Estudos também sugerem que as pessoas têm dificuldade para entender longas listas de permissões, sobretudo se os termos forem técnicos. Mas há uma questão maior: ainda que entenda o que está ou não autorizando, a pessoa pode não estar ciente dos fins inesperados que seus dados podem ter no futuro.
Um bom exemplo ocorreu na semana passada, quando um escândalo envolveu um app para iPhone chamado "Girls Around Me" ("Garotas ao Meu Redor"). O app usava informações disponíveis publicamente na rede social Foursquare, baseada em localização geográfica, para permitir que homens localizassem mulheres próximas no mapa e vissem seus dados pessoais e fotos do perfil no Facebook.
Com o Foursquare, um usuário pode usar o celular para informar se está num café, num bar ou onde quer que seja. Foi concebido como um serviço para quem quisesse avisar amigos que pudessem estar nas redondezas. Com o "Girls Around Me", no entanto, era mais fácil para um estranho, digamos, localizar mulheres na área. O app provocou revolta e o Foursquare revogou seu acesso à localização de usuários. Num e-mail enviado ao WSJ, o criador do "Girls Around Me" disse que o aplicativo "dá ao usuário nada mais do que o app do Foursquare possa dar".
O caso sugere que discutir se dados pessoais no Facebook (ou qualquer outro serviço na internet) devem ter caráter "público" ou "privado" pode ser um equívoco. A verdadeira questão é saber como esses dados serão usados.
Helen Nissenbaum, professora especializada em privacidade da Universidade Nova York, disse que o "Girls Around Me" causou indignação por violar normas sociais contra o assédio a mulheres. Se a norma social fosse uma cerca, disse Nissenbaum, "qualquer pessoa ética, ciosa da lei, não iria pular uma cerca". Na ausência de leis ou normas sobre o uso de dados, diz, certas empresas de tecnologia se sentem autorizadas a usar informações de maneiras vistas como sinistras.
Nissenbaum recomenda a criação de "cercas" digitais para regir o uso de dados. Segundo ela, normas para uso de dados devem ser baseadas no contexto. Informações compartilhadas em um determinado contexto - como entre médico e paciente - não devem ser disseminadas de maneira que possa violar o contexto da situação original.
"Essas normas que encaramos como normas de privacidade não são só para o bem do indivíduo", sustenta Nissenbaum. "Manter o sigilo do voto, por exemplo, protege a integridade da democracia".
Enquanto tais leis não aparecem, o mercado de apps segue à toda.
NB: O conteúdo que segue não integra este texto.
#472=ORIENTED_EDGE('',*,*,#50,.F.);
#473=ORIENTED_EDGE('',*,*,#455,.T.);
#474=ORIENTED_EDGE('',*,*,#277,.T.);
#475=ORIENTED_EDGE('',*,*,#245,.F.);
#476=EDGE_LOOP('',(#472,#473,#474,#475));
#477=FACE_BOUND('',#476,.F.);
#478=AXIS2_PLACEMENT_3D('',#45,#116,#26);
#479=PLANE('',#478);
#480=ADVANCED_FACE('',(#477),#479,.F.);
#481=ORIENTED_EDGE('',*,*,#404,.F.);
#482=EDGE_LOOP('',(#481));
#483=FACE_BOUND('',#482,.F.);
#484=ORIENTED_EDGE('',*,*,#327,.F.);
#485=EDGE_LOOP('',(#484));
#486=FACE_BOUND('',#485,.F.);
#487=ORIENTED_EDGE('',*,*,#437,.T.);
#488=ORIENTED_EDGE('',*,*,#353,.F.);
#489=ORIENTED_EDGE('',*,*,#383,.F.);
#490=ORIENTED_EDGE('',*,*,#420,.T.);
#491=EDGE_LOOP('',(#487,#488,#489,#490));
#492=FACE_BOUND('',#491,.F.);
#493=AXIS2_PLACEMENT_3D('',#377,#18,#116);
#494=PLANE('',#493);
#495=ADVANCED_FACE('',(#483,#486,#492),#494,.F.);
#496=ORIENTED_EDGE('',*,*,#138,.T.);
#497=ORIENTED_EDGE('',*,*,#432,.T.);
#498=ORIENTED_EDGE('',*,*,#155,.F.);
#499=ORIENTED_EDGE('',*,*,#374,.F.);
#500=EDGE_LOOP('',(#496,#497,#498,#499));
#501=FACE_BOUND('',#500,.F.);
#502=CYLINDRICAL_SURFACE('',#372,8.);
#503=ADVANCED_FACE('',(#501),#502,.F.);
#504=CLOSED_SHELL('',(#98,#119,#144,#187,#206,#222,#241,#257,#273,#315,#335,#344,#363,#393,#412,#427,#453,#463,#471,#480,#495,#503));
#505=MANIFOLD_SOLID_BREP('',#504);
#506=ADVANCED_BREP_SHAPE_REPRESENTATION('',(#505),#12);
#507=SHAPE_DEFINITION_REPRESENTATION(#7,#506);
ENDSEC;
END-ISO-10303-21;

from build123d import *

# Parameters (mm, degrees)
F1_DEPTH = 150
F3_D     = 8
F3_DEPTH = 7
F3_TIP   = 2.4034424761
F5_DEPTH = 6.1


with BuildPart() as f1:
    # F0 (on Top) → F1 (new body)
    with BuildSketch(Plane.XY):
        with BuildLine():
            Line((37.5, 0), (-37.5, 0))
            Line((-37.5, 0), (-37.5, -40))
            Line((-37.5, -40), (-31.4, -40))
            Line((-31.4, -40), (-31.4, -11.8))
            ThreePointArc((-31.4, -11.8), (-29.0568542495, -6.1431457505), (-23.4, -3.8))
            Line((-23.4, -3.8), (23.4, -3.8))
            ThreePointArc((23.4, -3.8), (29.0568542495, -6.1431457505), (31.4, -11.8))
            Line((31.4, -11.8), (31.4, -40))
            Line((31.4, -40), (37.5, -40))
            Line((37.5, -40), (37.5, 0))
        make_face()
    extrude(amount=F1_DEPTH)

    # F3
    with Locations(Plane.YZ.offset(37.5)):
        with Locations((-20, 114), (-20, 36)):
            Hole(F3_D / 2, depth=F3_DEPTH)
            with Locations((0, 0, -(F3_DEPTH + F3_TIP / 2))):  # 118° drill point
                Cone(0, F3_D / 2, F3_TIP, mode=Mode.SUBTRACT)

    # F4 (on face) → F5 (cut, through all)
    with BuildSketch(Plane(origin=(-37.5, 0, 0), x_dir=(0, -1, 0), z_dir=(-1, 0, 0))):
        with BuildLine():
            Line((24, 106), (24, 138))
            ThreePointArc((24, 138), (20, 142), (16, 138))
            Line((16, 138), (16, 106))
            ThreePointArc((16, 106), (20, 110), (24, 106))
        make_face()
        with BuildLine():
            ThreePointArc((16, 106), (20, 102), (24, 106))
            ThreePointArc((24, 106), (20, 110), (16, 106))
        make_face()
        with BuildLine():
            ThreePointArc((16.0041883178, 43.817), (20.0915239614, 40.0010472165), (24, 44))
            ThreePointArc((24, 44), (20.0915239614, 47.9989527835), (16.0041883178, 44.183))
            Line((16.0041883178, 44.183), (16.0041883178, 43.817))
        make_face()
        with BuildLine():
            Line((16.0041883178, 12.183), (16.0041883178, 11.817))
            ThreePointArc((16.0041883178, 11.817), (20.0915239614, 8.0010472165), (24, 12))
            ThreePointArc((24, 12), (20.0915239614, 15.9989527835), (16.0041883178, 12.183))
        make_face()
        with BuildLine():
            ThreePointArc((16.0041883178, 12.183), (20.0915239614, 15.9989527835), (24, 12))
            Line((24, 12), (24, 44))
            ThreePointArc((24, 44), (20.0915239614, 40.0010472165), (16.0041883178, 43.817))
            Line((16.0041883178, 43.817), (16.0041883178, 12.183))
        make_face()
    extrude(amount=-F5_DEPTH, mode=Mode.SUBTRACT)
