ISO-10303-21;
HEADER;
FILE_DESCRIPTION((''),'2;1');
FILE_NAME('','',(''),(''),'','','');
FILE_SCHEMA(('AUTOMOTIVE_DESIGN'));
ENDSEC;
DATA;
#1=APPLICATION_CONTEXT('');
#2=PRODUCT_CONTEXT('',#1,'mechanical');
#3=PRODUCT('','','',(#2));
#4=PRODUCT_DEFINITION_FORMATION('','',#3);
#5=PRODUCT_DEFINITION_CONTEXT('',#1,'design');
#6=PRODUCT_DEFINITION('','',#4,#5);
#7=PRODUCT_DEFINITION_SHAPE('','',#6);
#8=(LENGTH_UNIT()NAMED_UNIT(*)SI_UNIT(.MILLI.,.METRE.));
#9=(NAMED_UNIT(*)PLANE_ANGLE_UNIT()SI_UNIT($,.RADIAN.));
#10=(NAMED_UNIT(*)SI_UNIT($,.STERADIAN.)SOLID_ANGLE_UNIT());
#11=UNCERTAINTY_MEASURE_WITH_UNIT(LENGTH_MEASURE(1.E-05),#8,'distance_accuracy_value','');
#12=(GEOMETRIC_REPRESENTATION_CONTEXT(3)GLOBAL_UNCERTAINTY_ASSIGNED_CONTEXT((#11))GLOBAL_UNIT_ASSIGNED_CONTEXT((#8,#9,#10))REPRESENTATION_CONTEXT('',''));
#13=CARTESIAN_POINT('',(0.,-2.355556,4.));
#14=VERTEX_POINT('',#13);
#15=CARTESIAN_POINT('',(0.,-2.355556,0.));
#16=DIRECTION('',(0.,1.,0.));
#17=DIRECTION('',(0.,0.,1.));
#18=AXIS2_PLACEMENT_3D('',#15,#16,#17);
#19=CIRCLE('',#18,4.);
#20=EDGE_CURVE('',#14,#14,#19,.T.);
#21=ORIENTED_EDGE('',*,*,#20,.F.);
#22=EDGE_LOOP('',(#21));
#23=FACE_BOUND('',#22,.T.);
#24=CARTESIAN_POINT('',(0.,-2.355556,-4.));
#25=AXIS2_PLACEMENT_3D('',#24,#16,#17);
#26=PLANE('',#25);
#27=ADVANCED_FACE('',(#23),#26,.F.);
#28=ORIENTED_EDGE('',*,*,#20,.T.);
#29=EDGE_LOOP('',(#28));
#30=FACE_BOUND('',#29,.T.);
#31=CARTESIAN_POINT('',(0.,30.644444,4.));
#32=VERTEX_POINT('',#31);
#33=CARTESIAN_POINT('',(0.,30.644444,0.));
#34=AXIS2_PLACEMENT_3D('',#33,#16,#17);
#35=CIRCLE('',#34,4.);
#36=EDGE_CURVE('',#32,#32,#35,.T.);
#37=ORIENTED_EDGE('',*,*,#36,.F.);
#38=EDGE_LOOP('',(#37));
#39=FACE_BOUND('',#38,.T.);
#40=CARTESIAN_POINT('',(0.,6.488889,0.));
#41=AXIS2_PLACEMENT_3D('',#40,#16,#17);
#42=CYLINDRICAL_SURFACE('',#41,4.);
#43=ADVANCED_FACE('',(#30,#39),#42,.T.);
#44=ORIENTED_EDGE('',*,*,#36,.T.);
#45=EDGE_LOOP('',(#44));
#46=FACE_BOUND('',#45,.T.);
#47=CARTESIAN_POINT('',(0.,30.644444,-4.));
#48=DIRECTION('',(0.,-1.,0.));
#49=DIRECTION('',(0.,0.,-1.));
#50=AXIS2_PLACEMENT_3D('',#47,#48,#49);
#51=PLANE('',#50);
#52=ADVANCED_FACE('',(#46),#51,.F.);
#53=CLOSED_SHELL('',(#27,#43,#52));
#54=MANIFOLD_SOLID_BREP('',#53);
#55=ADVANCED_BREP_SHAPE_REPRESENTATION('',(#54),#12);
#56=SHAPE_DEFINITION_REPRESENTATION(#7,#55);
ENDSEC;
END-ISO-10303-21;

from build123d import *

# Parameters (mm, degrees)
SKETCH1_W = 4
SKETCH1_H = 33


with BuildPart() as part:
    # Sketch1 → Revolve1 (revolve)
    with BuildSketch(Plane(origin=(0, 0, 0), x_dir=(0, 0, -1), z_dir=(1, 0, 0)), mode=Mode.PRIVATE) as revolve1_sk:
        with Locations((2, 14.144444444)):
            Rectangle(SKETCH1_W, SKETCH1_H)
    revolve(revolve1_sk.sketch.rotate(Axis((0, 6.488888889, 0), (0, -1, 0)), 180), axis=Axis((0, 6.488888889, 0), (0, -1, 0)))


solid = part.part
Embora aplicativos do Facebook em geral sejam gratuitos, também podem ser grandes negócios - sobretudo jogos que vendem "mercadorias virtuais". A fabricante de software Zynga, criadora de joguinhos populares como "FarmVille" e " CityVille", teve receita de US$ 1,14 bilhão em 2011 (não deu lucro, no entanto). A empresa abriu o capital em dezembro; hoje, seu valor de mercado é de mais de US$ 8 bilhões.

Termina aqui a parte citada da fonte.